Case 1: Continuous deploys

The changes above would allow us to prepare and harden the tooling required for deploy and release. Whether we deploy with the package or separate charts is an implementation detail, but the flow should be established. As an example:

Intermediate step

Deploy project has a deployment schedule. Release project has a version compatibility definition for deploys from master, eg. EE should be built from master, gitaly from master, gitlab-shell from stable and so on. Once the artifacts have been built, deploy can proceed. This means that the release project becomes a source of truth for any version changes so if you want to build a package that contains a specific version of gitlab-shell, you just need to define that in the release project and that change will be built and deployed.

End result

Deploy project has a deployment schedule. Release project has a version compatibility definitions and triggers image builds for each component that is not built already. Once all components are ready, deploy project is informed that the deploy can proceed.
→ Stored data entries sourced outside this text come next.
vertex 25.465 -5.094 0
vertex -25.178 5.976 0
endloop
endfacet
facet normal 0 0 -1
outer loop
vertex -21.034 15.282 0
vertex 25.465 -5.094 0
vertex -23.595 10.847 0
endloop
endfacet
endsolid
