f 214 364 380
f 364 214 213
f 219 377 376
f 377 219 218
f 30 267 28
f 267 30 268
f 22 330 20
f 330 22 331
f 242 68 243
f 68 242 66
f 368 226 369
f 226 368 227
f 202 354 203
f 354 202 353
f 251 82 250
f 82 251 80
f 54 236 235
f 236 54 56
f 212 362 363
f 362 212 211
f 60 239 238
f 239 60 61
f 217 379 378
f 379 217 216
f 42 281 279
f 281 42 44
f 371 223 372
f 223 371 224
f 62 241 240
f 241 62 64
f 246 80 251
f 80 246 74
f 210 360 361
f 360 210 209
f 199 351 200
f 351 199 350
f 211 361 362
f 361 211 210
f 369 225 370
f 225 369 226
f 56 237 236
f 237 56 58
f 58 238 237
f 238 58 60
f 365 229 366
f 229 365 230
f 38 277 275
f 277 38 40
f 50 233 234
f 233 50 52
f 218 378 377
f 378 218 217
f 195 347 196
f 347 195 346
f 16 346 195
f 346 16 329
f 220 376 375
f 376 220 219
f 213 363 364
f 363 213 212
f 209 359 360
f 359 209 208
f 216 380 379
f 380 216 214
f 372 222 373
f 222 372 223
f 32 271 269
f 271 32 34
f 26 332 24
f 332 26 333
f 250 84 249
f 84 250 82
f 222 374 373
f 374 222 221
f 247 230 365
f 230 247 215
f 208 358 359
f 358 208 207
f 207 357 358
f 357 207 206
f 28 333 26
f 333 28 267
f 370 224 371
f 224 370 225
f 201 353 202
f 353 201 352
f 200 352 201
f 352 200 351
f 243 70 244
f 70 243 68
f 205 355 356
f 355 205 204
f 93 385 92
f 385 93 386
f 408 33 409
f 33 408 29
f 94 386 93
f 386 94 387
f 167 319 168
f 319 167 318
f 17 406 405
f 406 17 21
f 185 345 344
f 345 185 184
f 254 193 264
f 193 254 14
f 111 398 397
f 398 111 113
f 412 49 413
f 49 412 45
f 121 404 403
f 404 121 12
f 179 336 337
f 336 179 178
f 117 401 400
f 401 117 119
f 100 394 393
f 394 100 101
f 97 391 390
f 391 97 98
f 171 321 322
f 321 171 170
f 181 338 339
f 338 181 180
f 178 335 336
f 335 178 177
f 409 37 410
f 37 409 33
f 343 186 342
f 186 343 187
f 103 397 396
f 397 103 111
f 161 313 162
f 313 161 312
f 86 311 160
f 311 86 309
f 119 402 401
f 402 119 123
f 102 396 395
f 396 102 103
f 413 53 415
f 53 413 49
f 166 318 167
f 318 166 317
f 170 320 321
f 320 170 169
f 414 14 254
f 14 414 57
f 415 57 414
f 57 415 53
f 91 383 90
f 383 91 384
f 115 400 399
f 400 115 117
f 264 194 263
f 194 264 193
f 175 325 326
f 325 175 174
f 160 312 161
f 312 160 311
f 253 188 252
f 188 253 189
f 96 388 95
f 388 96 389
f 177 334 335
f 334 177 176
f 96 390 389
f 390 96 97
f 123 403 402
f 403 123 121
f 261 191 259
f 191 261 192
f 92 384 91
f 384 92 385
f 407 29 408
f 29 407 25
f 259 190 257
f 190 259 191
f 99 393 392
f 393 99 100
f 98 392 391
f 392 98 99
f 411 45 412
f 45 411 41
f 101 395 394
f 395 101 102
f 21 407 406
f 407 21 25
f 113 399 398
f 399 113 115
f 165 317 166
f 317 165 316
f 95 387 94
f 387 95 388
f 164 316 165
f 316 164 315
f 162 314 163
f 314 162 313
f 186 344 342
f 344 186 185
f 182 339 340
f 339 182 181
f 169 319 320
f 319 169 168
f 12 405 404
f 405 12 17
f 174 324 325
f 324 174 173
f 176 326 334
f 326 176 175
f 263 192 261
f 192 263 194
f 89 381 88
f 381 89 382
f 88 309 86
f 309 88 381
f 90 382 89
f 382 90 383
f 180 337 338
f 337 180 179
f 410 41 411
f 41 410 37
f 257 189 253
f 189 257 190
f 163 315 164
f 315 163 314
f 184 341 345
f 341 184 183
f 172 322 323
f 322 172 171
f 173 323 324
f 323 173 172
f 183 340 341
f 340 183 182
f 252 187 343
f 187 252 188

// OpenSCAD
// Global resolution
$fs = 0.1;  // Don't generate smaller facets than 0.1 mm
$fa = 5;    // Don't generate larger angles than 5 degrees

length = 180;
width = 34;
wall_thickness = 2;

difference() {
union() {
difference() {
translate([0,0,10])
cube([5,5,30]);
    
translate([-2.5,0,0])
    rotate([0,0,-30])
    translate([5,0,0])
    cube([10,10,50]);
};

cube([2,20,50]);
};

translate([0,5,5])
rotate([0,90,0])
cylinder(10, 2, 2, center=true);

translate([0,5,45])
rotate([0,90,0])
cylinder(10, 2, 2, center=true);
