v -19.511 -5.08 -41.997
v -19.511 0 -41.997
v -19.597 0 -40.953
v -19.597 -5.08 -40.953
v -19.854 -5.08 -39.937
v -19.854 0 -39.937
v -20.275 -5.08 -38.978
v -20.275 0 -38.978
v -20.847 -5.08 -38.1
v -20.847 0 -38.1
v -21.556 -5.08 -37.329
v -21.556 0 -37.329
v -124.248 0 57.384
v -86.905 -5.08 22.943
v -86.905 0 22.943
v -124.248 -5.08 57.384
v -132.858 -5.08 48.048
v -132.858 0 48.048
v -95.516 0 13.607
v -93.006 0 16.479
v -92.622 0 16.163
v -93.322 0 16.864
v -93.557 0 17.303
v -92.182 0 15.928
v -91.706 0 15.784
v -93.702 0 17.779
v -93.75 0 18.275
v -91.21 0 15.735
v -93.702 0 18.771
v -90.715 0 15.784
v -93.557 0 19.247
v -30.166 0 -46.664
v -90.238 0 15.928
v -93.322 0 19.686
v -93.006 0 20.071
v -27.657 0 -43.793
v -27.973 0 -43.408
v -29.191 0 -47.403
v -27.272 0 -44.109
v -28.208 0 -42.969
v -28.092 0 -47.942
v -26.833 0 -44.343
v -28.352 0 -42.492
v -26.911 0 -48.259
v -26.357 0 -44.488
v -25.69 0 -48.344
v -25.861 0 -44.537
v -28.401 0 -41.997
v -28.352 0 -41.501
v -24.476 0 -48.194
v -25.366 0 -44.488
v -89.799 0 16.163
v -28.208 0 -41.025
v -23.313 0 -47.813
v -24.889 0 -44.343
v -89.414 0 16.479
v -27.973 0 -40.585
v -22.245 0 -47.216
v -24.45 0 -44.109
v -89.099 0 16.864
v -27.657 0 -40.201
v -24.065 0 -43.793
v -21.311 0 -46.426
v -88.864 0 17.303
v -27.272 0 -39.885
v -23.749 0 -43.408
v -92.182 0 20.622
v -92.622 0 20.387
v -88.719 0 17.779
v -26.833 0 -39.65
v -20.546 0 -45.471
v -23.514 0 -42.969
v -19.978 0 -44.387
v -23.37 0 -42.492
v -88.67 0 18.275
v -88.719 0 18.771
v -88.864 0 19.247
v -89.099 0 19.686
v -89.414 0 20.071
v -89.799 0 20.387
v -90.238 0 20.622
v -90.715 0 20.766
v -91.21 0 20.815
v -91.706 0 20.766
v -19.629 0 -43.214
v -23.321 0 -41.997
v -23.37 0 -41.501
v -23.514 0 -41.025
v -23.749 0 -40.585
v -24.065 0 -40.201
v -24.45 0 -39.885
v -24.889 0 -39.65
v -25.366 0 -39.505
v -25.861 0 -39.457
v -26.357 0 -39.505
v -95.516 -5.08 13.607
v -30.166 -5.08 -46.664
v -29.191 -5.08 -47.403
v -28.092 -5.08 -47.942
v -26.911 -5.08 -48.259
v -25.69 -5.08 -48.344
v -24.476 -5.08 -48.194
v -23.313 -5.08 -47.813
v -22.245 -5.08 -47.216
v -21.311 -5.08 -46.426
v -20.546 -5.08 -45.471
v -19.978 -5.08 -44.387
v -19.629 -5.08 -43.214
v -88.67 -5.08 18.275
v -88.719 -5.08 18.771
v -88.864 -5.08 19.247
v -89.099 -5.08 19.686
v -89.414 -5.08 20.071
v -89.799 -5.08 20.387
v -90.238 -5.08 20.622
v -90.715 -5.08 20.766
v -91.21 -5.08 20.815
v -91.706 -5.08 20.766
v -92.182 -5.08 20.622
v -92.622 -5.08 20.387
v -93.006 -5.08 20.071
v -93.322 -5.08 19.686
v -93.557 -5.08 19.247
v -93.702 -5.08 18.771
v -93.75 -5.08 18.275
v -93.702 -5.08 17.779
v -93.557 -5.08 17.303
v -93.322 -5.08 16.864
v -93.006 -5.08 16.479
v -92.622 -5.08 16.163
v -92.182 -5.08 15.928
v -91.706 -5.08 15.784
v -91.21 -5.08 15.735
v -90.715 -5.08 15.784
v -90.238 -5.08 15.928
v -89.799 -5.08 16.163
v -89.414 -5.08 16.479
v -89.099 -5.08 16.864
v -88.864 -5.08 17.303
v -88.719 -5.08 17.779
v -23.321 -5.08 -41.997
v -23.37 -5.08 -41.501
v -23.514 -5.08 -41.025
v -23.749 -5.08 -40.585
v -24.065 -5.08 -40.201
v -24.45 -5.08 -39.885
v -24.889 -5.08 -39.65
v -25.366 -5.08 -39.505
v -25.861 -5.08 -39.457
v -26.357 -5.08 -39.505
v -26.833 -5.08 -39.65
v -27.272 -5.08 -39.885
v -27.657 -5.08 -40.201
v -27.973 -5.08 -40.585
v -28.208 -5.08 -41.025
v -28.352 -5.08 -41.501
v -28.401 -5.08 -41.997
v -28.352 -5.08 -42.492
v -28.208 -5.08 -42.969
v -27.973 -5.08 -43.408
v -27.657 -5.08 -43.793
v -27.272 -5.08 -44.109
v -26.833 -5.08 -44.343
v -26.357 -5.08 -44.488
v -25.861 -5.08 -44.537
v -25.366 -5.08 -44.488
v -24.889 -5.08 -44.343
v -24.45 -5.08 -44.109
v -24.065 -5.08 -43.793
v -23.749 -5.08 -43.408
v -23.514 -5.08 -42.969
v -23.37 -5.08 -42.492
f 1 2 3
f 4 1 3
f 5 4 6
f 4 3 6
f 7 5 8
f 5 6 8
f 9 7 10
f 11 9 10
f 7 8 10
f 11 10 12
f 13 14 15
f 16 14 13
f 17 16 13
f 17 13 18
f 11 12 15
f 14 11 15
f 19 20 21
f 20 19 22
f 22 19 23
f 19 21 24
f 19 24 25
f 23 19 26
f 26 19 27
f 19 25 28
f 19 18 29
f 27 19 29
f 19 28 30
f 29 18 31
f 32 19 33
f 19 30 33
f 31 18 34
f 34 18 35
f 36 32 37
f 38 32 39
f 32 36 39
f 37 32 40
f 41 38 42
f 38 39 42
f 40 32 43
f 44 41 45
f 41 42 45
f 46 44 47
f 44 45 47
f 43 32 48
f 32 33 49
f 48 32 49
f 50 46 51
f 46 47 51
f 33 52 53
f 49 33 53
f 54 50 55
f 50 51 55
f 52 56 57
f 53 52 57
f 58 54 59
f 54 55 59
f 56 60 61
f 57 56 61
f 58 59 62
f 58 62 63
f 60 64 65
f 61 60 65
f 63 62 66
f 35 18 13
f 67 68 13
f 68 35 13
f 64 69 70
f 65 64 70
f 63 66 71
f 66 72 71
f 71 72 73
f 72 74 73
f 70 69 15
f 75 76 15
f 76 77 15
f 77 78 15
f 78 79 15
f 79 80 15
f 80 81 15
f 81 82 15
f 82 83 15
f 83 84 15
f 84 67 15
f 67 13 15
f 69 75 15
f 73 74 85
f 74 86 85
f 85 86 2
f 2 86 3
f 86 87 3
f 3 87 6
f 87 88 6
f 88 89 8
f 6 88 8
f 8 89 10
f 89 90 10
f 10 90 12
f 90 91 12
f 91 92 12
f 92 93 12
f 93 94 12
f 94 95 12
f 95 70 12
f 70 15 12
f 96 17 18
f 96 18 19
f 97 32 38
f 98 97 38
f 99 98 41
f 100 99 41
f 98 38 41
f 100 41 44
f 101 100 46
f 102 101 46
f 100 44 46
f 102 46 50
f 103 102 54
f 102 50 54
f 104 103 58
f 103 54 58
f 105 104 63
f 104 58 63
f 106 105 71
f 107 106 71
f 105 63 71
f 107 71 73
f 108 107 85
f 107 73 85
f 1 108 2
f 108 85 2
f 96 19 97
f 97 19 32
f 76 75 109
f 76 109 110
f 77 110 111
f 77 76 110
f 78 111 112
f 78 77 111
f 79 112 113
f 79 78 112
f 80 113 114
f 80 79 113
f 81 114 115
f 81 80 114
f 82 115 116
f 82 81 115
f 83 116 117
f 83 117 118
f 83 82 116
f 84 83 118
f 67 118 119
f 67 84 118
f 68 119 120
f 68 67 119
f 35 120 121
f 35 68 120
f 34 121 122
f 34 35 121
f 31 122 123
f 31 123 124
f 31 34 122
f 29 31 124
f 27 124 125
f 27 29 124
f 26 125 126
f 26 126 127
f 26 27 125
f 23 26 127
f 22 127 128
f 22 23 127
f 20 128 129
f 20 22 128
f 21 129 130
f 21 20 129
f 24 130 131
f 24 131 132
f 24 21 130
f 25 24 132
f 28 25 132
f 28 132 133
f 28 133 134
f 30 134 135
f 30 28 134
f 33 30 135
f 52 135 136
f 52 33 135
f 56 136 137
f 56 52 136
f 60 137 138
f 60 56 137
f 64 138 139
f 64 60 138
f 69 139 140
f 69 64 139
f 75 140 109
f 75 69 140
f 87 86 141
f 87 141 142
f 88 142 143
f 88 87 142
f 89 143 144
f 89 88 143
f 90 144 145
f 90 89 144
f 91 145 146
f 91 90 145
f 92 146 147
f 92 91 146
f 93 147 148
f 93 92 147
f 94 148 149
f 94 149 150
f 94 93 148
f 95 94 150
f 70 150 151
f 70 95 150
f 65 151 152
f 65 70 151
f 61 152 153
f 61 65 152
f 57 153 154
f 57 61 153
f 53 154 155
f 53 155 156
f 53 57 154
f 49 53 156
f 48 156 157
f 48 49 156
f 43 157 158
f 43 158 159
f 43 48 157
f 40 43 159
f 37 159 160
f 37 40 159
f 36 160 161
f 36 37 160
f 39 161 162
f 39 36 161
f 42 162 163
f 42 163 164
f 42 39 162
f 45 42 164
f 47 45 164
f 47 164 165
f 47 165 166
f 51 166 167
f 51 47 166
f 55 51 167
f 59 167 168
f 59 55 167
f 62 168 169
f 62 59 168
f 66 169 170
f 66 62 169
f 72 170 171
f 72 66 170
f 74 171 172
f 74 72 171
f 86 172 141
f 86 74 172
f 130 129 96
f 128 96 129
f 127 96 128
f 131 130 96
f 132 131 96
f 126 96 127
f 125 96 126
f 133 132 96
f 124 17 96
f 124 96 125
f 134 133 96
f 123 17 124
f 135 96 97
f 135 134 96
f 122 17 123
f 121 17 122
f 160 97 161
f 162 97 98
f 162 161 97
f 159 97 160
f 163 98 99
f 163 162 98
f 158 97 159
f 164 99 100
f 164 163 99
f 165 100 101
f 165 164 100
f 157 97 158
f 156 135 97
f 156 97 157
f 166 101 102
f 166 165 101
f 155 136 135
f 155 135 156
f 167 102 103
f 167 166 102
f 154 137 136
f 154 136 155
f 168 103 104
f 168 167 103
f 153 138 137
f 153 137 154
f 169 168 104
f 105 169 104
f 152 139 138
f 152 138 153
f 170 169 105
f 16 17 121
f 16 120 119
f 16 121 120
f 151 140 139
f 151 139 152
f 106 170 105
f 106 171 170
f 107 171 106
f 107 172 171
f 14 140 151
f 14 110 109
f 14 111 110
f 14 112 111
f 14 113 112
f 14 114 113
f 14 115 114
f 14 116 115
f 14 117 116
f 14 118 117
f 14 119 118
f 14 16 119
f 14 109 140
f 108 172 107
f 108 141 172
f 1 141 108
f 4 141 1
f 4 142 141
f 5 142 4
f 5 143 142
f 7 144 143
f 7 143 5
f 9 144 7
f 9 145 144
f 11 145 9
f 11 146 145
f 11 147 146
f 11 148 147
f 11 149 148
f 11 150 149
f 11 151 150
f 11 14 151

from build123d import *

# Parameters (mm, degrees)
F0_R     = 2.54
F1_DEPTH = 5.08
F3_DEPTH = 5.08


with BuildPart() as f1:
    # F0 (on Front) → F1 (new body)
    with BuildSketch(Plane.XZ):
        with BuildLine():
            ThreePointArc((-30.166206, -46.664449), (-23.31305, -47.812995), (-19.511088, -41.996638))
            ThreePointArc((-19.511088, -41.996638), (-20.044732, -39.4486), (-21.55597, -37.328828))
            ThreePointArc((-21.55597, -37.328828), (-30.528899, -37.69152), (-30.166206, -46.664449))
        make_face()
        with Locations((-25.861088, -41.996638)):
            Circle(F0_R, mode=Mode.SUBTRACT)
        with BuildLine():
            ThreePointArc((-30.166206, -46.664449), (-30.528899, -37.69152), (-21.55597, -37.328828))
            Line((-21.55597, -37.328828), (-86.90532, 22.942827))
            ThreePointArc((-86.90532, 22.942827), (-85.394082, 20.823055), (-84.860439, 18.275017))
            ThreePointArc((-84.860439, 18.275017), (-88.6624, 12.45866), (-95.515557, 13.607206))
            Line((-95.515557, 13.607206), (-30.166206, -46.664449))
        make_face()
        with BuildLine():
            ThreePointArc((-84.860439, 18.275017), (-85.394082, 20.823055), (-86.90532, 22.942827))
            ThreePointArc((-86.90532, 22.942827), (-95.878249, 22.580135), (-95.515557, 13.607206))
            ThreePointArc((-95.515557, 13.607206), (-88.6624, 12.45866), (-84.860439, 18.275017))
        make_face()
        with Locations((-91.210439, 18.275017)):
            Circle(F0_R, mode=Mode.SUBTRACT)
    extrude(amount=F1_DEPTH)

    # F2 (on face) → F3 (join)
    with BuildSketch(Plane.XZ.offset(5.08)):
        with BuildLine():
            ThreePointArc((-95.515557, 13.607206), (-95.878249, 22.580135), (-86.90532, 22.942827))
            Line((-86.90532, 22.942827), (-124.247806, 57.383773))
            Line((-124.247806, 57.383773), (-132.858043, 48.048152))
            Line((-132.858043, 48.048152), (-95.515557, 13.607206))
        make_face()
    extrude(amount=-F3_DEPTH)


solid = f1.part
Deploy project can then deploy individual components based on the data that release project provided it.

Case 2: Public releases

In the case of intermediate step proposal, nothing really changes for the public releases from the point of the end user.

Internally however, we can detach deployments from releases. We have one project with all versions listed so whether we trigger a release from deploy project, or manually when we are ready to cut a release it does not matter. This means that we can decide to deploy a final public release regardless of the CD pipeline or just create a public release.

The bigger change comes from the end result proposal. Because we have all components built and deployed first through CD, we can just create a schedule for public releases and create the final release from the artifacts we already used.

FAQ

Q: How is this different than what we already do?
- A: The release flow is mostly manual and goes through multiple projects which makes creating an overview nearly impossible. By standardizing on one project as the source of truth it becomes easier to have a birds eye overview of the process, and also automate most of the manual tasks
Q: Can we just use Kubernetes to deploy and be done with this?
- A: Kubernetes resolves a different problem, it allows for simpler scaling once the deployment has occurred. The proposal above is trying to abstract and standardize what happens before the deploy. Once that is standardized, whether deployment occurs on VMs or Kubernetes it does not matter from the point of this discussion.